Naturalmente in una località così piena di storia, non potevano mancare le leggende che a tutt’oggi si tramandano anche se la televisione ha tolto ai nonni molte possibilità di narrarle ai nipoti. Una delle tante racconta che una volta il Signore fece dagli angeli annunciare sulla terra che avrebbe concesso una grazia a tutti gli uomini che gliela avrebbero richiesta. Per primo si presentò un riccone che subito s’inchinò e disse:
– Signore, concedimi una vita calma, piacevole e quanto di meglio la terra mi possa offrire.
– Sia esaudito il tuo desiderio! – esclamò subito il Signore.
Secondo, davanti il trono di Dio si presentò un monaco vestito del suo unico saio che disse:
– Signore, concedimi i beni ed i piaceri della vita!
– Li ho già dati via tutti! Se li è presi il ricco!
Il monaco ci pensò un po’ su e poi disse:
– Allora, te ne prego, concedimi la pazienza.
– E pazienza sia! – rispose Dio.
Da ultimo arrivò un poveretto, lacero ed emaciato, il quale a fatica poté dire:
– Dio onnipotente, fammi dono di tutti i beni della terra.
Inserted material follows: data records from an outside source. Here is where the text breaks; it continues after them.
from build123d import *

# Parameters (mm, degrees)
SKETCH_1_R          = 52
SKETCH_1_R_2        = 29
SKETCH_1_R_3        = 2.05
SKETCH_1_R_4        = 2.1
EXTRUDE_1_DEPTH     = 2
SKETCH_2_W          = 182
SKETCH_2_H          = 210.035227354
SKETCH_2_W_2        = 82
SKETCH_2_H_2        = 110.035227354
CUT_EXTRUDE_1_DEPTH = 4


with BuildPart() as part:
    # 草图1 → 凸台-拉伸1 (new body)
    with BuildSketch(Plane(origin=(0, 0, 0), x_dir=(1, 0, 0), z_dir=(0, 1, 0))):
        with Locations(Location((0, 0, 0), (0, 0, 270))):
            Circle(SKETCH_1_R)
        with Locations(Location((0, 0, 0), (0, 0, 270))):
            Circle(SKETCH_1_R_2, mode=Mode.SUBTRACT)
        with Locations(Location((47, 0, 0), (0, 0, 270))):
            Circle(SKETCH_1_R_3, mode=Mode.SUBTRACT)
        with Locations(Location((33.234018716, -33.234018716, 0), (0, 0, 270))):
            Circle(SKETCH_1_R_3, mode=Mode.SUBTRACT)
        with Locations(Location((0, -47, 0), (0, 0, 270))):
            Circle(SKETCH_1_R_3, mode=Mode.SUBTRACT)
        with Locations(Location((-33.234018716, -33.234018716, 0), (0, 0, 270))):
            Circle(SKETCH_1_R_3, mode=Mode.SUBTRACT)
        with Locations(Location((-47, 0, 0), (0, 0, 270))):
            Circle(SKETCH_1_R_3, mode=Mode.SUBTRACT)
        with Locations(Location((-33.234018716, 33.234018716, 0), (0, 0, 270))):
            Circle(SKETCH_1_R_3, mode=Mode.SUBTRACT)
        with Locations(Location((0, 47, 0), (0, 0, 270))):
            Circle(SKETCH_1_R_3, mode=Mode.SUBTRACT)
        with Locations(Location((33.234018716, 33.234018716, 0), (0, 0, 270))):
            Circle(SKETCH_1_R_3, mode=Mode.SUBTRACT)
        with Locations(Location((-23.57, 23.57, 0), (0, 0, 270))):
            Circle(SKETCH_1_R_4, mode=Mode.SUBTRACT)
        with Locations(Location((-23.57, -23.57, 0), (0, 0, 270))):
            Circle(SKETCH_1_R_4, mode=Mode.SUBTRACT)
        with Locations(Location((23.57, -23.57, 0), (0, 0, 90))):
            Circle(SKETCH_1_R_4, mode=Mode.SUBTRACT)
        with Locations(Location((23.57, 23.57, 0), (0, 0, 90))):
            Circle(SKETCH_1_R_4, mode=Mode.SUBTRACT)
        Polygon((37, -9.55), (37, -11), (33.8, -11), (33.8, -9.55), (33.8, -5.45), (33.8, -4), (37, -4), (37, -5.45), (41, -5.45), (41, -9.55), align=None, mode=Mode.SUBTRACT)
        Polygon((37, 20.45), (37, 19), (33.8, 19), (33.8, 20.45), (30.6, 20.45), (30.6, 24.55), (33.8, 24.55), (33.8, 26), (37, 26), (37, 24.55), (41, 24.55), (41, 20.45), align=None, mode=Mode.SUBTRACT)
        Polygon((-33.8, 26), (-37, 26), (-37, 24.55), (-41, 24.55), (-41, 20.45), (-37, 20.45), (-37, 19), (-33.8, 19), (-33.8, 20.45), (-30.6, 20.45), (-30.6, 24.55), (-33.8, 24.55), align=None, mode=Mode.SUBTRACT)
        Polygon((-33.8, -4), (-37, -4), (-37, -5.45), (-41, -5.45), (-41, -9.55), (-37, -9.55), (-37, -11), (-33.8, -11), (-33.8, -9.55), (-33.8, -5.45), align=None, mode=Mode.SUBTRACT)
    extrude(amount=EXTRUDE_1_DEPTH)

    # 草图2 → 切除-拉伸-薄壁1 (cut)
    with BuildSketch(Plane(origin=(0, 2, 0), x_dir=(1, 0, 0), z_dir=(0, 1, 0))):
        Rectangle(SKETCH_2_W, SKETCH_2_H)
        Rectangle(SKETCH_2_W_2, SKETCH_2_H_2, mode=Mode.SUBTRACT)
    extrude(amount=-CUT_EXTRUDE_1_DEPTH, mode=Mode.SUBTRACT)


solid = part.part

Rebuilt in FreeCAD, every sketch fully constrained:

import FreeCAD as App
import Part
import Sketcher

V = App.Vector
Q = App.Units.Quantity

doc = App.newDocument("Part")
body = doc.addObject("PartDesign::Body", "Body")

sketch1 = body.newObject("Sketcher::SketchObject", "Sketch")
sketch1.AttachmentSupport = (doc.getObject("XZ_Plane"), [""])
sketch1.MapMode = "FlatFace"
sketch1.addGeometry([
    Part.Circle(V(0, 0, 0), V(0, 0, 1), 52),
    Part.Circle(V(-33.2, -33.2, 0), V(0, 0, 1), 2),
    Part.LineSegment(V(-37, -26, 0), V(-33.8, -26, 0)),
    Part.LineSegment(V(-33.8, -26, 0), V(-33.8, -24.6, 0)),
    Part.LineSegment(V(-33.8, -24.6, 0), V(-30.6, -24.6, 0)),
    Part.LineSegment(V(-30.6, -24.6, 0), V(-30.6, -20.4, 0)),
    Part.LineSegment(V(-30.6, -20.4, 0), V(-33.8, -20.4, 0)),
    Part.LineSegment(V(-33.8, -20.4, 0), V(-33.8, -19, 0)),
    Part.LineSegment(V(-33.8, -19, 0), V(-37, -19, 0)),
    Part.LineSegment(V(-37, -19, 0), V(-37, -20.4, 0)),
    Part.LineSegment(V(-37, -20.4, 0), V(-41, -20.4, 0)),
    Part.LineSegment(V(-41, -20.4, 0), V(-41, -24.6, 0)),
    Part.LineSegment(V(-41, -24.6, 0), V(-37, -24.6, 0)),
    Part.LineSegment(V(-37, -24.6, 0), V(-37, -26, 0)),
    Part.Circle(V(0, -47, 0), V(0, 0, 1), 2),
    Part.Circle(V(-23.6, -23.6, 0), V(0, 0, 1), 2.1),
    Part.Circle(V(-47, 0, 0), V(0, 0, 1), 2),
    Part.LineSegment(V(-37, 4, 0), V(-33.8, 4, 0)),
    Part.LineSegment(V(-33.8, 4, 0), V(-33.8, 11, 0)),
    Part.LineSegment(V(-33.8, 11, 0), V(-37, 11, 0)),
    Part.LineSegment(V(-37, 11, 0), V(-37, 9.6, 0)),
    Part.LineSegment(V(-37, 9.6, 0), V(-41, 9.6, 0)),
    Part.LineSegment(V(-41, 9.6, 0), V(-41, 5.5, 0)),
    Part.LineSegment(V(-41, 5.5, 0), V(-37, 5.5, 0)),
    Part.LineSegment(V(-37, 5.5, 0), V(-37, 4, 0)),
    Part.Circle(V(-33.2, 33.2, 0), V(0, 0, 1), 2),
    Part.Circle(V(-23.6, 23.6, 0), V(0, 0, 1), 2.1),
    Part.Circle(V(23.6, -23.6, 0), V(0, 0, 1), 2.1),
    Part.Circle(V(33.2, -33.2, 0), V(0, 0, 1), 2),
    Part.LineSegment(V(41, -20.4, 0), V(37, -20.4, 0)),
    Part.LineSegment(V(37, -20.4, 0), V(37, -19, 0)),
    Part.LineSegment(V(37, -19, 0), V(33.8, -19, 0)),
    Part.LineSegment(V(33.8, -19, 0), V(33.8, -20.4, 0)),
    Part.LineSegment(V(33.8, -20.4, 0), V(30.6, -20.4, 0)),
    Part.LineSegment(V(30.6, -20.4, 0), V(30.6, -24.6, 0)),
    Part.LineSegment(V(30.6, -24.6, 0), V(33.8, -24.6, 0)),
    Part.LineSegment(V(33.8, -24.6, 0), V(33.8, -26, 0)),
    Part.LineSegment(V(33.8, -26, 0), V(37, -26, 0)),
    Part.LineSegment(V(37, -26, 0), V(37, -24.6, 0)),
    Part.LineSegment(V(37, -24.6, 0), V(41, -24.6, 0)),
    Part.LineSegment(V(41, -24.6, 0), V(41, -20.4, 0)),
    Part.Circle(V(47, 0, 0), V(0, 0, 1), 2),
    Part.Circle(V(0, 0, 0), V(0, 0, 1), 29),
    Part.Circle(V(23.6, 23.6, 0), V(0, 0, 1), 2.1),
    Part.Circle(V(0, 47, 0), V(0, 0, 1), 2),
    Part.LineSegment(V(41, 9.6, 0), V(37, 9.6, 0)),
    Part.LineSegment(V(37, 9.6, 0), V(37, 11, 0)),
    Part.LineSegment(V(37, 11, 0), V(33.8, 11, 0)),
    Part.LineSegment(V(33.8, 11, 0), V(33.8, 4, 0)),
    Part.LineSegment(V(33.8, 4, 0), V(37, 4, 0)),
    Part.LineSegment(V(37, 4, 0), V(37, 5.5, 0)),
    Part.LineSegment(V(37, 5.5, 0), V(41, 5.5, 0)),
    Part.LineSegment(V(41, 5.5, 0), V(41, 9.6, 0)),
    Part.Circle(V(33.2, 33.2, 0), V(0, 0, 1), 2),
], False)
sketch1.addConstraint([
    Sketcher.Constraint("Coincident", 2, 2, 3, 1),
    Sketcher.Constraint("Coincident", 3, 2, 4, 1),
    Sketcher.Constraint("Coincident", 4, 2, 5, 1),
    Sketcher.Constraint("Coincident", 5, 2, 6, 1),
    Sketcher.Constraint("Coincident", 6, 2, 7, 1),
    Sketcher.Constraint("Coincident", 7, 2, 8, 1),
    Sketcher.Constraint("Coincident", 8, 2, 9, 1),
    Sketcher.Constraint("Coincident", 9, 2, 10, 1),
    Sketcher.Constraint("Coincident", 10, 2, 11, 1),
    Sketcher.Constraint("Coincident", 11, 2, 12, 1),
    Sketcher.Constraint("Coincident", 12, 2, 13, 1),
    Sketcher.Constraint("Coincident", 13, 2, 2, 1),
    Sketcher.Constraint("Coincident", 17, 2, 18, 1),
    Sketcher.Constraint("Coincident", 18, 2, 19, 1),
    Sketcher.Constraint("Coincident", 19, 2, 20, 1),
    Sketcher.Constraint("Coincident", 20, 2, 21, 1),
    Sketcher.Constraint("Coincident", 21, 2, 22, 1),
    Sketcher.Constraint("Coincident", 22, 2, 23, 1),
    Sketcher.Constraint("Coincident", 23, 2, 24, 1),
    Sketcher.Constraint("Coincident", 24, 2, 17, 1),
    Sketcher.Constraint("Coincident", 29, 2, 30, 1),
    Sketcher.Constraint("Coincident", 30, 2, 31, 1),
    Sketcher.Constraint("Coincident", 31, 2, 32, 1),
    Sketcher.Constraint("Coincident", 32, 2, 33, 1),
    Sketcher.Constraint("Coincident", 33, 2, 34, 1),
    Sketcher.Constraint("Coincident", 34, 2, 35, 1),
    Sketcher.Constraint("Coincident", 35, 2, 36, 1),
    Sketcher.Constraint("Coincident", 36, 2, 37, 1),
    Sketcher.Constraint("Coincident", 37, 2, 38, 1),
    Sketcher.Constraint("Coincident", 38, 2, 39, 1),
    Sketcher.Constraint("Coincident", 39, 2, 40, 1),
    Sketcher.Constraint("Coincident", 40, 2, 29, 1),
    Sketcher.Constraint("Coincident", 45, 2, 46, 1),
    Sketcher.Constraint("Coincident", 46, 2, 47, 1),
    Sketcher.Constraint("Coincident", 47, 2, 48, 1),
    Sketcher.Constraint("Coincident", 48, 2, 49, 1),
    Sketcher.Constraint("Coincident", 49, 2, 50, 1),
    Sketcher.Constraint("Coincident", 50, 2, 51, 1),
    Sketcher.Constraint("Coincident", 51, 2, 52, 1),
    Sketcher.Constraint("Coincident", 52, 2, 45, 1),
    Sketcher.Constraint("Horizontal", 2),
    Sketcher.Constraint("Vertical", 3),
    Sketcher.Constraint("Horizontal", 4),
    Sketcher.Constraint("Vertical", 5),
    Sketcher.Constraint("Horizontal", 6),
    Sketcher.Constraint("Vertical", 7),
    Sketcher.Constraint("Horizontal", 8),
    Sketcher.Constraint("Vertical", 9),
    Sketcher.Constraint("Horizontal", 10),
    Sketcher.Constraint("Vertical", 11),
    Sketcher.Constraint("Horizontal", 12),
    Sketcher.Constraint("Vertical", 13),
    Sketcher.Constraint("Horizontal", 17),
    Sketcher.Constraint("Vertical", 18),
    Sketcher.Constraint("Horizontal", 19),
    Sketcher.Constraint("Vertical", 20),
    Sketcher.Constraint("Horizontal", 21),
    Sketcher.Constraint("Vertical", 22),
    Sketcher.Constraint("Horizontal", 23),
    Sketcher.Constraint("Vertical", 24),
    Sketcher.Constraint("Horizontal", 29),
    Sketcher.Constraint("Vertical", 30),
    Sketcher.Constraint("Horizontal", 31),
    Sketcher.Constraint("Vertical", 32),
    Sketcher.Constraint("Horizontal", 33),
    Sketcher.Constraint("Vertical", 34),
    Sketcher.Constraint("Horizontal", 35),
    Sketcher.Constraint("Vertical", 36),
    Sketcher.Constraint("Horizontal", 37),
    Sketcher.Constraint("Vertical", 38),
    Sketcher.Constraint("Horizontal", 39),
    Sketcher.Constraint("Vertical", 40),
    Sketcher.Constraint("Horizontal", 45),
    Sketcher.Constraint("Vertical", 46),
    Sketcher.Constraint("Horizontal", 47),
    Sketcher.Constraint("Vertical", 48),
    Sketcher.Constraint("Horizontal", 49),
    Sketcher.Constraint("Vertical", 50),
    Sketcher.Constraint("Horizontal", 51),
    Sketcher.Constraint("Vertical", 52),
    Sketcher.Constraint("Coincident", 0, 3, -1, 1),
    Sketcher.Constraint("Coincident", 42, 3, -1, 1),
    Sketcher.Constraint("Equal", 1, 14),
    Sketcher.Constraint("Equal", 14, 16),
    Sketcher.Constraint("Equal", 16, 25),
    Sketcher.Constraint("Equal", 15, 26),
    Sketcher.Constraint("Equal", 26, 27),
    Sketcher.Constraint("Equal", 25, 28),
    Sketcher.Constraint("Equal", 28, 41),
    Sketcher.Constraint("Equal", 27, 43),
    Sketcher.Constraint("Equal", 41, 44),
    Sketcher.Constraint("Equal", 44, 53),
    Sketcher.Constraint("Symmetric", 26, 3, 27, 3, -1, 1),
    Sketcher.Constraint("Symmetric", 25, 3, 28, 3, -1, 1),
    Sketcher.Constraint("Symmetric", 16, 3, 41, 3, -1, 1),
    Sketcher.Constraint("Symmetric", 15, 3, 43, 3, -1, 1),
    Sketcher.Constraint("Symmetric", 14, 3, 44, 3, -1, 1),
    Sketcher.Constraint("Symmetric", 1, 3, 53, 3, -1, 1),
    Sketcher.Constraint("Symmetric", 15, 3, 27, 3, -2),
    Sketcher.Constraint("Symmetric", 1, 3, 28, 3, -2),
    Sketcher.Constraint("Symmetric", 9, 2, 29, 2, -2),
    Sketcher.Constraint("Symmetric", 7, 2, 31, 2, -2),
    Sketcher.Constraint("Symmetric", 5, 2, 33, 2, -2),
    Sketcher.Constraint("Symmetric", 3, 2, 35, 2, -2),
    Sketcher.Constraint("Symmetric", 13, 2, 37, 2, -2),
    Sketcher.Constraint("Symmetric", 11, 2, 39, 2, -2),
    Sketcher.Constraint("Symmetric", 20, 2, 45, 2, -2),
    Sketcher.Constraint("Symmetric", 18, 2, 47, 2, -2),
    Sketcher.Constraint("Symmetric", 24, 2, 49, 2, -2),
    Sketcher.Constraint("Symmetric", 22, 2, 51, 2, -2),
    Sketcher.Constraint("PointOnObject", 14, 3, -2),
    Sketcher.Constraint("PointOnObject", 16, 3, -1),
    Sketcher.Constraint("Horizontal", 6, 2, 9, 2),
Il Signore rispose paziente:
– Non è possibile. Se li è presi tutti il ricco.
– Allora, te ne prego, dammi almeno la pazienza per poter sopportare la mia magra esistenza.
– Niente da fare, l’ho già data in dono al monaco…
È da allora che i ricchi possiedono tutti i beni e i piaceri della terra, i tanti monaci la pazienza, mentre ai poveri non rimane altro che tirare a campare con la loro malasorte.

La «moltiplicazione» delle vacche

Un’altra leggenda racconta quanto segue:
Parecchi anni fa a Pinguente viveva un povero contadino che aveva una sola vaccherella. Una domenica che s’era recato a messa sentì il parroco dire dal pulpito:
– Quello che verrà donato nel nome del Signore, verrà restituito cento volte!
Sentito questo, cosa fece il poveraccio? Si recò nella sua stalla, slegò la vaccherella, la condusse in quella del parroco, la legò alla mangiatoia e disse:
– La regalo al parroco nel nome del Signore.
Il giorno dopo il sacrestano portò ad abbeverare le bestie sul sottostante fiume Quieto. Ma ecco che la vaccherella, appena ebbe bevuto abbondantemente, inforcò il sentiero e tornò nella sua vecchia stalla. Seguita dalle altre otto. Appena il povero contadino le vide arrivare le legò credendo che Dio avesse ricompensato il suo dono. Naturalmente arrivarono subito parroco e sacrestano pretendendo la restituzione. Al che il contadino disse:
– Ma come? È stato lei signor parroco a predicare che quello che fosse dato in nome del Signore sarebbe stato ricompensato cento volte. Ebbene, io per la verità mi accontento di queste otto vacche…
Prete e sacrestano si guardarono e, a testa bassa, non poterono far altro che tornare in canonica.